From the point of view of lighting design, the lighting needs in the industrial sector are very different according to the type of activity performed. Usually, production areas need lighting systems with a wide beam while, to facilitate the work in the warehouse facilities, lighting fixtures with a narrow beam are preferable.
In some cases, presence detection systems can be a solution to reduce the cost of energy but, often, they are not applicable because of worker safety issue.
In areas dedicated to production activities, lighting is used throughout the working period and, covered warehouses, have almost always windows through which a certain amount of daylight passes.
In this type of environments, it’s appropriate to rely on systems for lighting control in function of the daylight in order to reduce energy costs. These systems use special sensors which measure the incidence and the intensity of natural light allowing the emission of artificial light so much as it’s required to get the level of illumination neaded.
Today, thanks to the increasing application of LED technology to explosion-protected lighting equipment, it’s possible to dimming light source even in locations where there’s a potentially explosive atmosphere.
What is a dimmer?
A “Dimmer” is an electronic controller used to control the power absorbed by a load. The use of dimmer allows you to limit it, as you need.
The first dimmer was created in 1961 and, from then on, this technology has been used normally in home lighting, both with incandescent and halogen lamps.
Today the lighting dimming, with the necessary technicians distinctions, is experiencing a new reality with LEDs.
Regarding LED lighting fixtures, it’s correct to speak of dimmable ballast because the ability to adjust the luminous flux is already an intrinsic characteristic of the power supplies.
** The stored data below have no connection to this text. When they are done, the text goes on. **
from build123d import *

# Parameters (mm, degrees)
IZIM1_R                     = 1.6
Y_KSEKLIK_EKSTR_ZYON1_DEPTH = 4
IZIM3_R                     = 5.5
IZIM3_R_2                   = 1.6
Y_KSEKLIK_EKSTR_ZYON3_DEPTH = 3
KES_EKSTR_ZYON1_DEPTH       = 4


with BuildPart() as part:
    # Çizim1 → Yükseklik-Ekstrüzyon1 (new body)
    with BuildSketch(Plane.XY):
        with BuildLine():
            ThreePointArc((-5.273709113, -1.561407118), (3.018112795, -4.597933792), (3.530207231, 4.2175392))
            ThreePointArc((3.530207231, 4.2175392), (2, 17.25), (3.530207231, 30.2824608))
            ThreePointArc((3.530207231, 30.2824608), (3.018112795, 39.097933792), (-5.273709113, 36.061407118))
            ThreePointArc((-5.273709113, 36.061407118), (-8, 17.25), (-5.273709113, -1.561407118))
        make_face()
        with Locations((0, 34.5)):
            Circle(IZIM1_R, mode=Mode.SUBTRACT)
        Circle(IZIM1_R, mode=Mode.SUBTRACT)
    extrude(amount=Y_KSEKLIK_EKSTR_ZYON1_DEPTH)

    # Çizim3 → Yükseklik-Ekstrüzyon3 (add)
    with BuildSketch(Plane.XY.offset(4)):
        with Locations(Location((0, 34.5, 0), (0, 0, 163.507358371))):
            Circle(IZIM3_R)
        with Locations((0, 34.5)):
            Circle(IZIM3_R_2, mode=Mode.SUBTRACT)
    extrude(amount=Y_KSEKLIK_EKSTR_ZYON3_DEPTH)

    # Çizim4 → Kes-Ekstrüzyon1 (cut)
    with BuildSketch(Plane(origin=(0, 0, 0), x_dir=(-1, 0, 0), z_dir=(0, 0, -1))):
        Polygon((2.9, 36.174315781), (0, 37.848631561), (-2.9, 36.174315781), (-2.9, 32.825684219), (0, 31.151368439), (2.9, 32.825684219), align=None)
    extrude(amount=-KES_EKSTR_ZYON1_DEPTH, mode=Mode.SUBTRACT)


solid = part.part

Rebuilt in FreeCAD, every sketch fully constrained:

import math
import FreeCAD as App
import Part
import Sketcher

V = App.Vector
Q = App.Units.Quantity

doc = App.newDocument("Part")
params = doc.addObject("Spreadsheet::Sheet", "Params")
for row, (alias, value) in enumerate([
    ("sketch1_diameter", "3.2 mm"),
    ("sketch1_radius", "5.5 mm"),
    ("pad1_length", "4 mm"),
    ("sketch2_diameter", "11 mm"),
    ("sketch2_diameter2", "3.2 mm"),
    ("pad2_length", "3 mm"),
    ("pocket1_length", "4 mm"),
], start=1):
    params.set(f"A{row}", alias)
    params.set(f"B{row}", "=" + value)
    params.setAlias(f"B{row}", alias)

body = doc.addObject("PartDesign::Body", "Body")

# Sketch on XY plane
sketch1 = doc.addObject("Sketcher::SketchObject", "Sketch")
body.addObject(sketch1)
sketch1.AttachmentSupport = (doc.XY_Plane, [""])
sketch1.MapMode = "FlatFace"
sketch1.addGeometry(Part.ArcOfCircle(Part.Circle(V(0, 0, 0), V(0, 0, 1), 5.5), math.radians(-164), math.radians(50)), False)
sketch1.addGeometry(Part.ArcOfCircle(Part.Circle(V(58.3, 17.2, 0), V(0, 0, 1), 56.3), math.radians(167), math.radians(193)), False)
sketch1.addGeometry(Part.ArcOfCircle(Part.Circle(V(0, 34.5, 0), V(0, 0, 1), 5.5), math.radians(-50), math.radians(164)), False)
sketch1.addGeometry(Part.ArcOfCircle(Part.Circle(V(58.3, 17.2, 0), V(0, 0, 1), 66.3), math.radians(164), math.radians(196)), False)
sketch1.addGeometry(Part.Circle(V(0, 0, 0), V(0, 0, 1), 1.6), False)
sketch1.addGeometry(Part.Circle(V(0, 34.5, 0), V(0, 0, 1), 1.6), False)
sketch1.addConstraint(Sketcher.Constraint("Coincident", 0, 2, 1, 2))
sketch1.addConstraint(Sketcher.Constraint("Coincident", 1, 1, 2, 1))
sketch1.addConstraint(Sketcher.Constraint("Tangent", 2, 2, 3, 1))
sketch1.addConstraint(Sketcher.Constraint("Tangent", 3, 2, 0, 1))
sketch1.addConstraint(Sketcher.Constraint("Coincident", 0, 3, -1, 1))
sketch1.addConstraint(Sketcher.Constraint("Coincident", 4, 3, -1, 1))
sketch1.addConstraint(Sketcher.Constraint("Coincident", 3, 3, 1, 3))
sketch1.addConstraint(Sketcher.Constraint("Coincident", 5, 3, 2, 3))
sketch1.addConstraint(Sketcher.Constraint("Equal", 0, 2))
sketch1.addConstraint(Sketcher.Constraint("Equal", 4, 5))
sketch1.addConstraint(Sketcher.Constraint("PointOnObject", 2, 3, -2))
sketch1.addConstraint(Sketcher.Constraint("Diameter", 4, Q("3.2 mm")))
sketch1.addConstraint(Sketcher.Constraint("Radius", 0, Q("5.5 mm")))
sketch1.addConstraint(Sketcher.Constraint("DistanceY", -1, 1, 2, 3, Q("34.5 mm")))
sketch1.addConstraint(Sketcher.Constraint("Radius", 1, Q("56.2625 mm")))
sketch1.addConstraint(Sketcher.Constraint("Radius", 3, Q("66.2625 mm")))
sketch1.setExpression("Constraints[11]", "Params.sketch1_diameter")
sketch1.setExpression("Constraints[12]", "Params.sketch1_radius")
pad1 = doc.addObject("PartDesign::Pad", "Pad")
body.addObject(pad1)
pad1.Profile = sketch1
pad1.setExpression("Length", "Params.pad1_length")

# Sketch on XY plane
sketch2 = doc.addObject("Sketcher::SketchObject", "Sketch001")
body.addObject(sketch2)
sketch2.AttachmentSupport = (doc.XY_Plane, [""])
sketch2.MapMode = "FlatFace"
sketch2.AttachmentOffset = App.Placement(V(0, 0, 4), App.Rotation())
sketch2.addGeometry(Part.Circle(V(0, 34.5, 0), V(0, 0, 1), 5.5), False)
sketch2.addGeometry(Part.Circle(V(0, 34.5, 0), V(0, 0, 1), 1.6), False)
sketch2.addConstraint(Sketcher.Constraint("Coincident", 1, 3, 0, 3))
sketch2.addConstraint(Sketcher.Constraint("PointOnObject", 0, 3, -2))
sketch2.addConstraint(Sketcher.Constraint("Diameter", 0, Q("11 mm")))
sketch2.addConstraint(Sketcher.Constraint("Diameter", 1, Q("3.2 mm")))
sketch2.addConstraint(Sketcher.Constraint("DistanceY", -1, 1, 0, 3, Q("34.5 mm")))
sketch2.setExpression("Constraints[2]", "Params.sketch2_diameter")
sketch2.setExpression("Constraints[3]", "Params.sketch2_diameter2")
pad2 = doc.addObject("PartDesign::Pad", "Pad001")
body.addObject(pad2)
pad2.Profile = sketch2
pad2.setExpression("Length", "Params.pad2_length")

# Sketch on XY plane
sketch3 = doc.addObject("Sketcher::SketchObject", "Sketch002")
body.addObject(sketch3)
sketch3.AttachmentSupport = (doc.XY_Plane, [""])
sketch3.MapMode = "FlatFace"
sketch3.addGeometry(Part.LineSegment(V(-2.9, 36.2, 0), V(0, 37.8, 0)), False)
sketch3.addGeometry(Part.LineSegment(V(0, 37.8, 0), V(2.9, 36.2, 0)), False)
sketch3.addGeometry(Part.LineSegment(V(2.9, 36.2, 0), V(2.9, 32.8, 0)), False)
sketch3.addGeometry(Part.LineSegment(V(2.9, 32.8, 0), V(0, 31.2, 0)), False)
sketch3.addGeometry(Part.LineSegment(V(0, 31.2, 0), V(-2.9, 32.8, 0)), False)
sketch3.addGeometry(Part.LineSegment(V(-2.9, 32.8, 0), V(-2.9, 36.2, 0)), False)
sketch3.addConstraint(Sketcher.Constraint("Coincident", 0, 2, 1, 1))
sketch3.addConstraint(Sketcher.Constraint("Coincident", 1, 2, 2, 1))
sketch3.addConstraint(Sketcher.Constraint("Coincident", 2, 2, 3, 1))
sketch3.addConstraint(Sketcher.Constraint("Coincident", 3, 2, 4, 1))
sketch3.addConstraint(Sketcher.Constraint("Coincident", 4, 2, 5, 1))
sketch3.addConstraint(Sketcher.Constraint("Coincident", 5, 2, 0, 1))
sketch3.addConstraint(Sketcher.Constraint("Vertical", 2))
sketch3.addConstraint(Sketcher.Constraint("Vertical", 5))
sketch3.addConstraint(Sketcher.Constraint("Symmetric", 2, 2, 4, 2, -2))
sketch3.addConstraint(Sketcher.Constraint("PointOnObject", 0, 2, -2))
sketch3.addConstraint(Sketcher.Constraint("PointOnObject", 3, 2, -2))
sketch3.addConstraint(Sketcher.Constraint("Parallel", 0, 3))
sketch3.addConstraint(Sketcher.Constraint("Parallel", 1, 4))
sketch3.addConstraint(Sketcher.Constraint("Angle", 0, Q("30 deg")))
sketch3.addConstraint(Sketcher.Constraint("DistanceX", -1, 1, 1, 2, Q("2.9 mm")))
sketch3.addConstraint(Sketcher.Constraint("DistanceY", 2, 2, 2, 1, Q("3.348632 mm")))
sketch3.addConstraint(Sketcher.Constraint("DistanceY", -1, 1, 0, 2, Q("37.848632 mm")))
pocket1 = doc.addObject("PartDesign::Pocket", "Pocket")
body.addObject(pocket1)
pocket1.Profile = sketch3
pocket1.setExpression("Length", "Params.pocket1_length")
pocket1.Reversed = True

doc.recompute()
Right now, there are different standards to regulate the luminous intensity. The most applicable to Ex areas are:
- Analog signal 0-10V
- Standard DALI
Analog signal 0-10V
This is among the easiest control systems of electronic lighting. The control signal is a DC voltage that varies between 0 and 10 Volts.
At a voltage of 10 V, the controlled light should be 100% of its potential capacity, while at 0 V should be at the dimming level as low as possible.
Lighting control 0-10 V is widely used in commercial and industrial lighting by major manufacturers of power supplies.
The PWM (acronym for pulse-width modulation) is a type of digital modulation, which allows obtaining a variable average voltage depending on the ratio between the duration of the positive pulse and the negative (duty-cycle) one. Similarly, it’s used for communication protocols in which the information is coded in the form of duration in time of each pulse.
The pulse width modulation is widely used to vary the brightness of the lamps. Each LED has a rated current that corresponds to the amount of current that must flow in order to obtain maximum light output. In a PWM driver, the current is switched at high frequency between 0 and the rated output current, allowing the adjustment of the light flow.
Finally, we briefly talk of DALI standard.
DALI stands for "Digital Addressable Lighting Interface" and it’s an interface protocol for digital communication between two electronic devices for lighting technology (reactors, transformers etc.).
DALI is the result of cooperation in the lighting industry, a uniform standard shared by the entire industry. DALI is not a system but an interface for digital communication between a control module and electronic power supplies.
Through the application of this standard, it’s possible to manage the luminous flux both locally and remotely, through the transmission of data, which connect the place of command with power supplies. Furthermore, it is open to many other applications that, while already used in civil practice, they are not been applied in the industrial yet.
The use of lighting fixtures with LED technology is gaining ground in industrial plants and, in particular, in areas with potentially explosive atmosphere, therefore we can believe that, in the near future, all applications that today have already widely used in civil, will be applied successful also in all those environments that need to better control the luminous flux to ensure the safety of those who work in plants.